In the records below, the line with "5.4343094087), (0, 6.275))" opens the range and the line with "12.8541871204), (13.065388197, 18.1814343132))" closes it; print that range exactly and nothing else.

##### Data listing #####

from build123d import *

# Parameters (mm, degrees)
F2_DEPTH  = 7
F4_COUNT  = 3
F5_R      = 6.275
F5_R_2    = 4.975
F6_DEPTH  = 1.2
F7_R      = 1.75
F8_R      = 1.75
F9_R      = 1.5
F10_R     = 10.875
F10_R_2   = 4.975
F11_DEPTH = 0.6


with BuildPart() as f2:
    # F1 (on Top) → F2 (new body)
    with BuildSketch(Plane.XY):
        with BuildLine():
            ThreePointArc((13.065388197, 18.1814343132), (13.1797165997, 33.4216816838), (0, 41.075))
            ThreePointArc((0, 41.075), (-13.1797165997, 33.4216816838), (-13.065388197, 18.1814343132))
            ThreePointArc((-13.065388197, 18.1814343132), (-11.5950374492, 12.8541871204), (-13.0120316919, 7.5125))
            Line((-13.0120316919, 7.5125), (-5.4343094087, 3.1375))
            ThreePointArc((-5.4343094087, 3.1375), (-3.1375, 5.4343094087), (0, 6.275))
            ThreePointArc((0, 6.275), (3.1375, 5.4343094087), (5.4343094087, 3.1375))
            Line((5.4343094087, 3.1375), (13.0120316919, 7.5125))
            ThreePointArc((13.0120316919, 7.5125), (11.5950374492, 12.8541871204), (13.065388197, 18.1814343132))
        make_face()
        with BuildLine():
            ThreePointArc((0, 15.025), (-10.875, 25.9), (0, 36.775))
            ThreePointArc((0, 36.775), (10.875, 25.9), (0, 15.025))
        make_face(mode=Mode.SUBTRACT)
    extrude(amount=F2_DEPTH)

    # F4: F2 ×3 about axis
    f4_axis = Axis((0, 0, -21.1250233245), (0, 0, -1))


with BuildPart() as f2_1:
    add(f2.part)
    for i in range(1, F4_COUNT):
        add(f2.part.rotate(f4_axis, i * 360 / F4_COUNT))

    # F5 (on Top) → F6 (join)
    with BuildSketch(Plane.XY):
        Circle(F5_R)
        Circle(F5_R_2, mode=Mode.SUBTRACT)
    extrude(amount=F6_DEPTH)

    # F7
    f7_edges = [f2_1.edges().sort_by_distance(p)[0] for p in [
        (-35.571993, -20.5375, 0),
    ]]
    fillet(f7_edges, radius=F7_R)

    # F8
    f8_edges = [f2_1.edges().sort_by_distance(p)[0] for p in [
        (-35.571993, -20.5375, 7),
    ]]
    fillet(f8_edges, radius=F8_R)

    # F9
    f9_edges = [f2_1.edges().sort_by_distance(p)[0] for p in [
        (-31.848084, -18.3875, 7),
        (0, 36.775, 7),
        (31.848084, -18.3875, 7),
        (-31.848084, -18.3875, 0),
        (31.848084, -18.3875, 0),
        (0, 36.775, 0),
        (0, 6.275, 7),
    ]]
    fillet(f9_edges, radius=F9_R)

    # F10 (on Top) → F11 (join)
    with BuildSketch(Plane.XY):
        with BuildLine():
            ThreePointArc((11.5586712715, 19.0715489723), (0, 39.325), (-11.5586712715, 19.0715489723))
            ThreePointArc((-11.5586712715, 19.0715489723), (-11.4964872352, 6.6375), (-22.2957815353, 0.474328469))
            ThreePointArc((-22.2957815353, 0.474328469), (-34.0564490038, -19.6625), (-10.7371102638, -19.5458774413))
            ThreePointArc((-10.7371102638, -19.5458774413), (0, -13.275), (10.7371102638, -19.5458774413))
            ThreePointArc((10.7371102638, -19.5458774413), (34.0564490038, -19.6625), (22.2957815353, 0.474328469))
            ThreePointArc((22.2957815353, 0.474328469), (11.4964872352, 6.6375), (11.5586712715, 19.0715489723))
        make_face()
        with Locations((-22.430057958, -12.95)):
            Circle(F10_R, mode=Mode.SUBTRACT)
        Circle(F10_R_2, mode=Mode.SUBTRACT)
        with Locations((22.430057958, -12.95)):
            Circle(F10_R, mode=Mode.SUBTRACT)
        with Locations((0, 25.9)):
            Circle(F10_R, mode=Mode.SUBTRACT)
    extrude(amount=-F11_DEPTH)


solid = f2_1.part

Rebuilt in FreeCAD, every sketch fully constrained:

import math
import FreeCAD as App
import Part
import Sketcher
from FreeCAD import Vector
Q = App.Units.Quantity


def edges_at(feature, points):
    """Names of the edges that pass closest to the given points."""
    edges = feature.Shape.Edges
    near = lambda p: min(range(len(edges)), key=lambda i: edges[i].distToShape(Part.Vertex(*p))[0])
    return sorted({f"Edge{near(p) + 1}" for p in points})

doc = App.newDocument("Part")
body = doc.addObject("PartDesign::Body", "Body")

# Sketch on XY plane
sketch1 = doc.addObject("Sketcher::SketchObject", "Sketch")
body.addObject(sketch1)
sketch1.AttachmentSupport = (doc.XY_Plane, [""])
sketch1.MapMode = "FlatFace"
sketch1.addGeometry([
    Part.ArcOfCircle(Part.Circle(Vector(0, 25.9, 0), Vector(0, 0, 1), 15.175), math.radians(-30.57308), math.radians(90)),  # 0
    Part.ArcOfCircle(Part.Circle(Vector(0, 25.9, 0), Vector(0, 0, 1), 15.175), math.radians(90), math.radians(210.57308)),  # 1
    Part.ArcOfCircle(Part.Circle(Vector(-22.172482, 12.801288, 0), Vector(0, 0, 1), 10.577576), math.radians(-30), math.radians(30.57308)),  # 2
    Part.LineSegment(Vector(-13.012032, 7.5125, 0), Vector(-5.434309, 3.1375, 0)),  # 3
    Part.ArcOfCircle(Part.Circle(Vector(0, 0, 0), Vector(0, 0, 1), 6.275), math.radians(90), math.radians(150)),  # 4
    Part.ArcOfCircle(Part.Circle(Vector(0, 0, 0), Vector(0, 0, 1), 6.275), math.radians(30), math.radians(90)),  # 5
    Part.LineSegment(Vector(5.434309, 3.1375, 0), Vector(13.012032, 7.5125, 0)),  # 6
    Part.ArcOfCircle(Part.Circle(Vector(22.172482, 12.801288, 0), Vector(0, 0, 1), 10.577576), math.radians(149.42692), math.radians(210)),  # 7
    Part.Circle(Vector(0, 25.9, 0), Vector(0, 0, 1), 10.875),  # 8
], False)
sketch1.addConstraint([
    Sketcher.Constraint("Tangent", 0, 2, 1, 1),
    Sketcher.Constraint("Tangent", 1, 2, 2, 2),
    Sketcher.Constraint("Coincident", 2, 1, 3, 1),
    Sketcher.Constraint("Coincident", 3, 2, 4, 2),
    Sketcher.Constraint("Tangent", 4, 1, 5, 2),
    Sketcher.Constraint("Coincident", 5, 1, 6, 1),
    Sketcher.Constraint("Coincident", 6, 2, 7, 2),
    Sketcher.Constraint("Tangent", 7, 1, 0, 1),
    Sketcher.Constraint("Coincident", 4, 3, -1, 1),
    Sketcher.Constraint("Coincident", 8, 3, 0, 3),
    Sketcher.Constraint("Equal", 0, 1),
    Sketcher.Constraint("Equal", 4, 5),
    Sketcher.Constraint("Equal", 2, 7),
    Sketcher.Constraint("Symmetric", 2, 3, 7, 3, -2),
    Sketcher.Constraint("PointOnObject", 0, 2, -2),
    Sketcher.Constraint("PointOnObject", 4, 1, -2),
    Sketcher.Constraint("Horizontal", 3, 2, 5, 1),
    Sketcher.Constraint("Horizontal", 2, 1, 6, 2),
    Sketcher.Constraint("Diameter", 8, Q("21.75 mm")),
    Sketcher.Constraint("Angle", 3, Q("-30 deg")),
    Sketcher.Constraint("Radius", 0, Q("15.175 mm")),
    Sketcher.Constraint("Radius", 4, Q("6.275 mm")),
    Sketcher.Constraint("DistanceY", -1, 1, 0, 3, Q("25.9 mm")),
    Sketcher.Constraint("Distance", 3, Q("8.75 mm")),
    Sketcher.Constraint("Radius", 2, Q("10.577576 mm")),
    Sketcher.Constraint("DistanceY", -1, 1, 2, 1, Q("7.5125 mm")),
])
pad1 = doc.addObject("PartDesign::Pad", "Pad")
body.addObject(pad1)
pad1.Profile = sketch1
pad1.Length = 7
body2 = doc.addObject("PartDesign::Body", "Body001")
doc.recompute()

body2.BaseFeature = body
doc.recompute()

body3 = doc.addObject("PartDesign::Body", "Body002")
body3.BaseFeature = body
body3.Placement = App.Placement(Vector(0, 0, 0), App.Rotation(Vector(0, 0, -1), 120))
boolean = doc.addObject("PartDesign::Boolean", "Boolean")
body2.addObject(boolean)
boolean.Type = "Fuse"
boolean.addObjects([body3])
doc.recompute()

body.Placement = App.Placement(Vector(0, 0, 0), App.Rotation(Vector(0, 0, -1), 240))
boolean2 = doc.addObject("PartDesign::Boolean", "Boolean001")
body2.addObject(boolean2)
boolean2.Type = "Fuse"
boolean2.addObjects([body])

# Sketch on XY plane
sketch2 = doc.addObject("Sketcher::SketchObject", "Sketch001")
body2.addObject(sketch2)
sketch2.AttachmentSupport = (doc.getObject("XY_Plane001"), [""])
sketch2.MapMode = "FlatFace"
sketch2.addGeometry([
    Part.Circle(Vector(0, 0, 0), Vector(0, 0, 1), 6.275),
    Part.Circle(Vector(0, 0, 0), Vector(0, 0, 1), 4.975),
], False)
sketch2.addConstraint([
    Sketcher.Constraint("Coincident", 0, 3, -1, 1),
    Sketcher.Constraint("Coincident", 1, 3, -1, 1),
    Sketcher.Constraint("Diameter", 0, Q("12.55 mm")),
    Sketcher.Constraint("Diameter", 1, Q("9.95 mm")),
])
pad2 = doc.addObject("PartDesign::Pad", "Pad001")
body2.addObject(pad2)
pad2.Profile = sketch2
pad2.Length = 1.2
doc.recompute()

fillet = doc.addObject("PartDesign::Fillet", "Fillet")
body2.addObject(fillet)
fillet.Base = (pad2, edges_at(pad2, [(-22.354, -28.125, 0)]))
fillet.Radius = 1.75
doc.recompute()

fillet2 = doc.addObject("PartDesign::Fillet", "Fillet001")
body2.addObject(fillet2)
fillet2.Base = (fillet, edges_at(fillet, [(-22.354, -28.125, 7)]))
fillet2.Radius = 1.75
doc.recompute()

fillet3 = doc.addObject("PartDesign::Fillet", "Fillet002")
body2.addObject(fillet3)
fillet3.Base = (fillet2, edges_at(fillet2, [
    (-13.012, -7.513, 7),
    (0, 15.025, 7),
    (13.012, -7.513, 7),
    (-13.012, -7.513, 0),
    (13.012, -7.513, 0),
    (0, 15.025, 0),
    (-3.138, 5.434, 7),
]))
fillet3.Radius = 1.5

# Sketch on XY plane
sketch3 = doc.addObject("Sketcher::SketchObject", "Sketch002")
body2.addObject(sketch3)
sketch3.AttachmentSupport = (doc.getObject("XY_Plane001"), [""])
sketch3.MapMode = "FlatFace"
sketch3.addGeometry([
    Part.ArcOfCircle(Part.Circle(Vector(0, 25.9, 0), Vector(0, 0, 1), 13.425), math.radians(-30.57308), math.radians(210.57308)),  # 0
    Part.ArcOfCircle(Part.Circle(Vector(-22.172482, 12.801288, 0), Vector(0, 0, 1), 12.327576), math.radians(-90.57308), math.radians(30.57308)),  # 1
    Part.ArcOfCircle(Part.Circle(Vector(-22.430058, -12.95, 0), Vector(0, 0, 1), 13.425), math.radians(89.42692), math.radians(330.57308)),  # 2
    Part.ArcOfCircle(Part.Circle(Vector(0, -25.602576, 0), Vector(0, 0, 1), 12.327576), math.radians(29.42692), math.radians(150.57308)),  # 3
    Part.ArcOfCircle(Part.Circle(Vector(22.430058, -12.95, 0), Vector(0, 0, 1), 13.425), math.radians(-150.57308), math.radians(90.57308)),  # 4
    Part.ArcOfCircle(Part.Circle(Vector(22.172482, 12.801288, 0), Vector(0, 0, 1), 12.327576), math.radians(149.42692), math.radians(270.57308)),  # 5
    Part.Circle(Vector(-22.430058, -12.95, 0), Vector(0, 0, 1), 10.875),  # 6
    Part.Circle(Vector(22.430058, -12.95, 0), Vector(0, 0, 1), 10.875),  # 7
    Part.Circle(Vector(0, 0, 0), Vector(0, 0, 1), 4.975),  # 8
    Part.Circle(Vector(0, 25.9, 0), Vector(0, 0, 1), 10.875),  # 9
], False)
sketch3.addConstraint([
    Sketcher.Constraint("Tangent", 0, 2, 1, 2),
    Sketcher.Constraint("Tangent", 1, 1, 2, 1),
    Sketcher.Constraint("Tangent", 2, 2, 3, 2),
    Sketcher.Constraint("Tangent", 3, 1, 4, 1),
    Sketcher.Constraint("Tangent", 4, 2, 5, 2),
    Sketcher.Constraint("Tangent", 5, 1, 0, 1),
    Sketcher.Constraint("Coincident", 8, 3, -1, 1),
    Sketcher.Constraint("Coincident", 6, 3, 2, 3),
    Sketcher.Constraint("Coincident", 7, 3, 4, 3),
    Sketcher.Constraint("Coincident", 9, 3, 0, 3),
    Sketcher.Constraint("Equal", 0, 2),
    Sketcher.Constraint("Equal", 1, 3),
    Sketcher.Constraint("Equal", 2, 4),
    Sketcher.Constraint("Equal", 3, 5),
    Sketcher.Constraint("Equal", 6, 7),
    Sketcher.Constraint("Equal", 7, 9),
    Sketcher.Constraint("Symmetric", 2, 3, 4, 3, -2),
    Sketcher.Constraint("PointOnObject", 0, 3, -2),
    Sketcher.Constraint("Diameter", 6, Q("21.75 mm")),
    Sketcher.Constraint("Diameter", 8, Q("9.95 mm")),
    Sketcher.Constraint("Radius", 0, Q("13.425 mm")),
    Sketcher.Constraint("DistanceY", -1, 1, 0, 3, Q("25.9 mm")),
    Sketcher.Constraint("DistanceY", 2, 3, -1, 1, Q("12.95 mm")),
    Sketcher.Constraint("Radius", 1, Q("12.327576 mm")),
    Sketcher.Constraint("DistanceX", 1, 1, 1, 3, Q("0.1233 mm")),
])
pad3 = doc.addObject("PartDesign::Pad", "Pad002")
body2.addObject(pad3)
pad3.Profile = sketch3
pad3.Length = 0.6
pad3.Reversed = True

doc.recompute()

#####
##### Data listing #####

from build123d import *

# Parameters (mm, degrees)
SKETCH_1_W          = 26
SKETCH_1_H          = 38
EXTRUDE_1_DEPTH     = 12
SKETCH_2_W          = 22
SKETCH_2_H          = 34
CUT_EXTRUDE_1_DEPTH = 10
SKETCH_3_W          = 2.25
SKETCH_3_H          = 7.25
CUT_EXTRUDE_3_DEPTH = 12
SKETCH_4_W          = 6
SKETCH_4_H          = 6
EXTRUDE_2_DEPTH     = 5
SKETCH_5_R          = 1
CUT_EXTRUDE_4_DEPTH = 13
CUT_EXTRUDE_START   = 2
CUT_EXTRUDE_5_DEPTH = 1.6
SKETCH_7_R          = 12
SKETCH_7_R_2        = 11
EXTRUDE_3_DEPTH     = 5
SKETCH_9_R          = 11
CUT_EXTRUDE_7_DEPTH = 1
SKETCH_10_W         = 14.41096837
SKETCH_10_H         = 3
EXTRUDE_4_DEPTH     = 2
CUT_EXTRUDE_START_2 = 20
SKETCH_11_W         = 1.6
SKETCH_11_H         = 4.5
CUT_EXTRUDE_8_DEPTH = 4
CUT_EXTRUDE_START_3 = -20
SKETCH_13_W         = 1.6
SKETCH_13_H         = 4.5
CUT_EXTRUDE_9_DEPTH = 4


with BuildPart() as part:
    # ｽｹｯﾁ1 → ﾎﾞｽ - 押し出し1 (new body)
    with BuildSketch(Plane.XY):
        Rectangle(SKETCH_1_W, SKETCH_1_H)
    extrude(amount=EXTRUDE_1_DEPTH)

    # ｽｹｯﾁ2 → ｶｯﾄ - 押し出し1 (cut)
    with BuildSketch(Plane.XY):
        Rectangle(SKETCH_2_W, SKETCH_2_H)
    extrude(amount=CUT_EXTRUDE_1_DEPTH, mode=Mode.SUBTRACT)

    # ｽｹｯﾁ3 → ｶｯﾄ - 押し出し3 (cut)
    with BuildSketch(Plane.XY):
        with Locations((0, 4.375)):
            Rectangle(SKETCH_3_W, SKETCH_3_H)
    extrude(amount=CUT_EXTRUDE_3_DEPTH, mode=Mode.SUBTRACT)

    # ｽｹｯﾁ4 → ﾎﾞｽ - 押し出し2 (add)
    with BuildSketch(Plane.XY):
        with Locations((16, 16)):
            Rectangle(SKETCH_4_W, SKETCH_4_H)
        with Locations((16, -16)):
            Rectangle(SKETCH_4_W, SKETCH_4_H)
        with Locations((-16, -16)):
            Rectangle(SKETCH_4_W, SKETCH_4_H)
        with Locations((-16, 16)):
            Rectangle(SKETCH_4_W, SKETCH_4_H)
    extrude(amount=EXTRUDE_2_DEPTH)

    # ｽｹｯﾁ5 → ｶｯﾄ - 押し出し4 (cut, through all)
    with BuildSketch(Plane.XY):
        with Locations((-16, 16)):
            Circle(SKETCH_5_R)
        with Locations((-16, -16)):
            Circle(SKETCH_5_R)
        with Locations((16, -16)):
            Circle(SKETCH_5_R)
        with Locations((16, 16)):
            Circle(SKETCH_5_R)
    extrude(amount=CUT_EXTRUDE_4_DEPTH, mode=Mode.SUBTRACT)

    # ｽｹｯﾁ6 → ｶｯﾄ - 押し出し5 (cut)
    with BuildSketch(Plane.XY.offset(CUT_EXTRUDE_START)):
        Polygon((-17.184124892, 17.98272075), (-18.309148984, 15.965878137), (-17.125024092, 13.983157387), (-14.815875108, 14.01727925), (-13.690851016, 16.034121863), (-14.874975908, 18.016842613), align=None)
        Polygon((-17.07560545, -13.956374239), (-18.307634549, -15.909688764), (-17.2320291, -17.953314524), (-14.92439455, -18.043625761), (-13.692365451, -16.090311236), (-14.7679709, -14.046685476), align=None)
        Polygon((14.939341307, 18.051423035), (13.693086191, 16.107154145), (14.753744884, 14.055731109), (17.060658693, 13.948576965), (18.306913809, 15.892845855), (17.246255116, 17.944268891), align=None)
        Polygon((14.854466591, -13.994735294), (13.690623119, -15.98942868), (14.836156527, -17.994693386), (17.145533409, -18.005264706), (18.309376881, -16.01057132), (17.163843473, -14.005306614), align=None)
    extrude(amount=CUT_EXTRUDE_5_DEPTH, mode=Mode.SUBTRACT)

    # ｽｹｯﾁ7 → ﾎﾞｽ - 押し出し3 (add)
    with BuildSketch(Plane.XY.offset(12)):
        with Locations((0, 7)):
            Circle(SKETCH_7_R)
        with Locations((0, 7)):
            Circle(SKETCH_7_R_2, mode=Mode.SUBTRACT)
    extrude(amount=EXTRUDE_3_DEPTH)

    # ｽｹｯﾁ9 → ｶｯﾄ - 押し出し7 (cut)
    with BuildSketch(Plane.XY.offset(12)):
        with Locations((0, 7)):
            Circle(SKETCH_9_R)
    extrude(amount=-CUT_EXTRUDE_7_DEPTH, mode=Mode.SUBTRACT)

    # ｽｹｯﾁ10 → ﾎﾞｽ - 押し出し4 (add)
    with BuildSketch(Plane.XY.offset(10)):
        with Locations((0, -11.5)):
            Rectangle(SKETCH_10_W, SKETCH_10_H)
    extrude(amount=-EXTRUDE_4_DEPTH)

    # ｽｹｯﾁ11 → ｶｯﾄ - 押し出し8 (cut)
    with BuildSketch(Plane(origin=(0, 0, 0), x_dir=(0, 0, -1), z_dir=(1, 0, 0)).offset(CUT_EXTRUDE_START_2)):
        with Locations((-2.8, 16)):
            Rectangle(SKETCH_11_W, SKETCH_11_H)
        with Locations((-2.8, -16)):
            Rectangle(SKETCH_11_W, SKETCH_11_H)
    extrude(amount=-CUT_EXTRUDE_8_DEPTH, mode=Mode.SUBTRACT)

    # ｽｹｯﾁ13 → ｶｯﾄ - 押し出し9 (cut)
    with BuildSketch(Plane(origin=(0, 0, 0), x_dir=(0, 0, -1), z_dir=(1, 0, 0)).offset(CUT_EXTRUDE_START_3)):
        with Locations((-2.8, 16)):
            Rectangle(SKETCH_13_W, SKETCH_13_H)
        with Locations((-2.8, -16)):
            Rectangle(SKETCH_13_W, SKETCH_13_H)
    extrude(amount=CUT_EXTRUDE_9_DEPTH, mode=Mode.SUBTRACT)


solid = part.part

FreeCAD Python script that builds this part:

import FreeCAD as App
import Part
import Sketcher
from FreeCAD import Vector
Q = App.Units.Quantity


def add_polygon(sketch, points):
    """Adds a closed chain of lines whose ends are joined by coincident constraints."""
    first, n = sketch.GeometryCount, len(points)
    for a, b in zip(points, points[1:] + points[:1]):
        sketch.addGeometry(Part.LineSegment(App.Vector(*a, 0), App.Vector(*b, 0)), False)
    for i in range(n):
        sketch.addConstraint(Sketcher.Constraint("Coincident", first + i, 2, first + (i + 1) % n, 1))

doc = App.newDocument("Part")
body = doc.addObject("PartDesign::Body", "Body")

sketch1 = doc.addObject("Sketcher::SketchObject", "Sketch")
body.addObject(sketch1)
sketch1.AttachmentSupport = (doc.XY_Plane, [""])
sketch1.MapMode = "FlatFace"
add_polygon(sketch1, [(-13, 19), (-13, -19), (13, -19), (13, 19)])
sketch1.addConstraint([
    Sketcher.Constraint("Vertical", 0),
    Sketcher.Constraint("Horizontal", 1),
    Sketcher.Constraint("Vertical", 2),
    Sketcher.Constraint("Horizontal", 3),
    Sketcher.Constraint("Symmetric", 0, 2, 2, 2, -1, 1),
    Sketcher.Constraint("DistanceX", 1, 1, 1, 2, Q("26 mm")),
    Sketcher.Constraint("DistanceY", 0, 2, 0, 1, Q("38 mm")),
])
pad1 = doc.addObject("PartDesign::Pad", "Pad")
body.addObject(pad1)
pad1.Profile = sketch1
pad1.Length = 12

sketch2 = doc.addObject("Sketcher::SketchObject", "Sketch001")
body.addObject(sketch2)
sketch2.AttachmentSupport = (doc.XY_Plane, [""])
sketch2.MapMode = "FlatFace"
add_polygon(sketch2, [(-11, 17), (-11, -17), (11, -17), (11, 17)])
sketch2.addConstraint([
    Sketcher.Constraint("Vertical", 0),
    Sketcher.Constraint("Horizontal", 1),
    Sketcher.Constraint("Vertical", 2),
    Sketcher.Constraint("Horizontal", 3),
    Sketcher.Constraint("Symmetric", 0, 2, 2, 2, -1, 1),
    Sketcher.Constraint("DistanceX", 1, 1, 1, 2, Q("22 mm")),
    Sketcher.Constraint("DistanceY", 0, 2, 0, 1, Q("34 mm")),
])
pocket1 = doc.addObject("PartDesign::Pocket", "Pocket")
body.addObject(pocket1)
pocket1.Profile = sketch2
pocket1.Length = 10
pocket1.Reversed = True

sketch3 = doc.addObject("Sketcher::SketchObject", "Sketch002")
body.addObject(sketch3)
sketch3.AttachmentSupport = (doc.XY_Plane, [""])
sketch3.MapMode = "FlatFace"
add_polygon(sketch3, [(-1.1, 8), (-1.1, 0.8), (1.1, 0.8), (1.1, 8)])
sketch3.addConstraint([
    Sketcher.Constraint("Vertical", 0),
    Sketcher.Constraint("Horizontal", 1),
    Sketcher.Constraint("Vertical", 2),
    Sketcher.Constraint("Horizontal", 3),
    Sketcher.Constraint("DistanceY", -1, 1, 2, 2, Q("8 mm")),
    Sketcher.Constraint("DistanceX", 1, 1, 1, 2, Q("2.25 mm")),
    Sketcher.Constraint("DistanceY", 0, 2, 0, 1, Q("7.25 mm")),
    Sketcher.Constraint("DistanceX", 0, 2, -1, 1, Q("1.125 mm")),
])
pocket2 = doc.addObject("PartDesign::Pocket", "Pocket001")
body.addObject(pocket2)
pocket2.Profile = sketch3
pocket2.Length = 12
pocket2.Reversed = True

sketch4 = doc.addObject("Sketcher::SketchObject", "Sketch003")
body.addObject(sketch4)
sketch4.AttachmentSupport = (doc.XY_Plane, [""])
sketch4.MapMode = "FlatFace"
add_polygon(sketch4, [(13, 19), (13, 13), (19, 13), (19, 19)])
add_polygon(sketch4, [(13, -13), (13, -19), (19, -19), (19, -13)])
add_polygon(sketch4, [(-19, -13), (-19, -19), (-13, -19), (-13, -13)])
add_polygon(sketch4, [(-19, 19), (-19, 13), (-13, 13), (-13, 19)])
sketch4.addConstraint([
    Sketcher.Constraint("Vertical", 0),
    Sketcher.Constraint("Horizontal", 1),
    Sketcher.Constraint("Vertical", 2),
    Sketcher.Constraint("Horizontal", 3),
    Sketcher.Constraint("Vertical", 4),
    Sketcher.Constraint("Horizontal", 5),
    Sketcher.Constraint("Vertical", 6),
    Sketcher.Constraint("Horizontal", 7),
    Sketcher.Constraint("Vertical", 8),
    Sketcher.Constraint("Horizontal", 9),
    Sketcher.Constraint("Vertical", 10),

#####

» Task solution:
            ThreePointArc((-5.4343094087, 3.1375), (-3.1375, 5.4343094087), (0, 6.275))
            ThreePointArc((0, 6.275), (3.1375, 5.4343094087), (5.4343094087, 3.1375))
            Line((5.4343094087, 3.1375), (13.0120316919, 7.5125))
            ThreePointArc((13.0120316919, 7.5125), (11.5950374492, 12.8541871204), (13.065388197, 18.1814343132))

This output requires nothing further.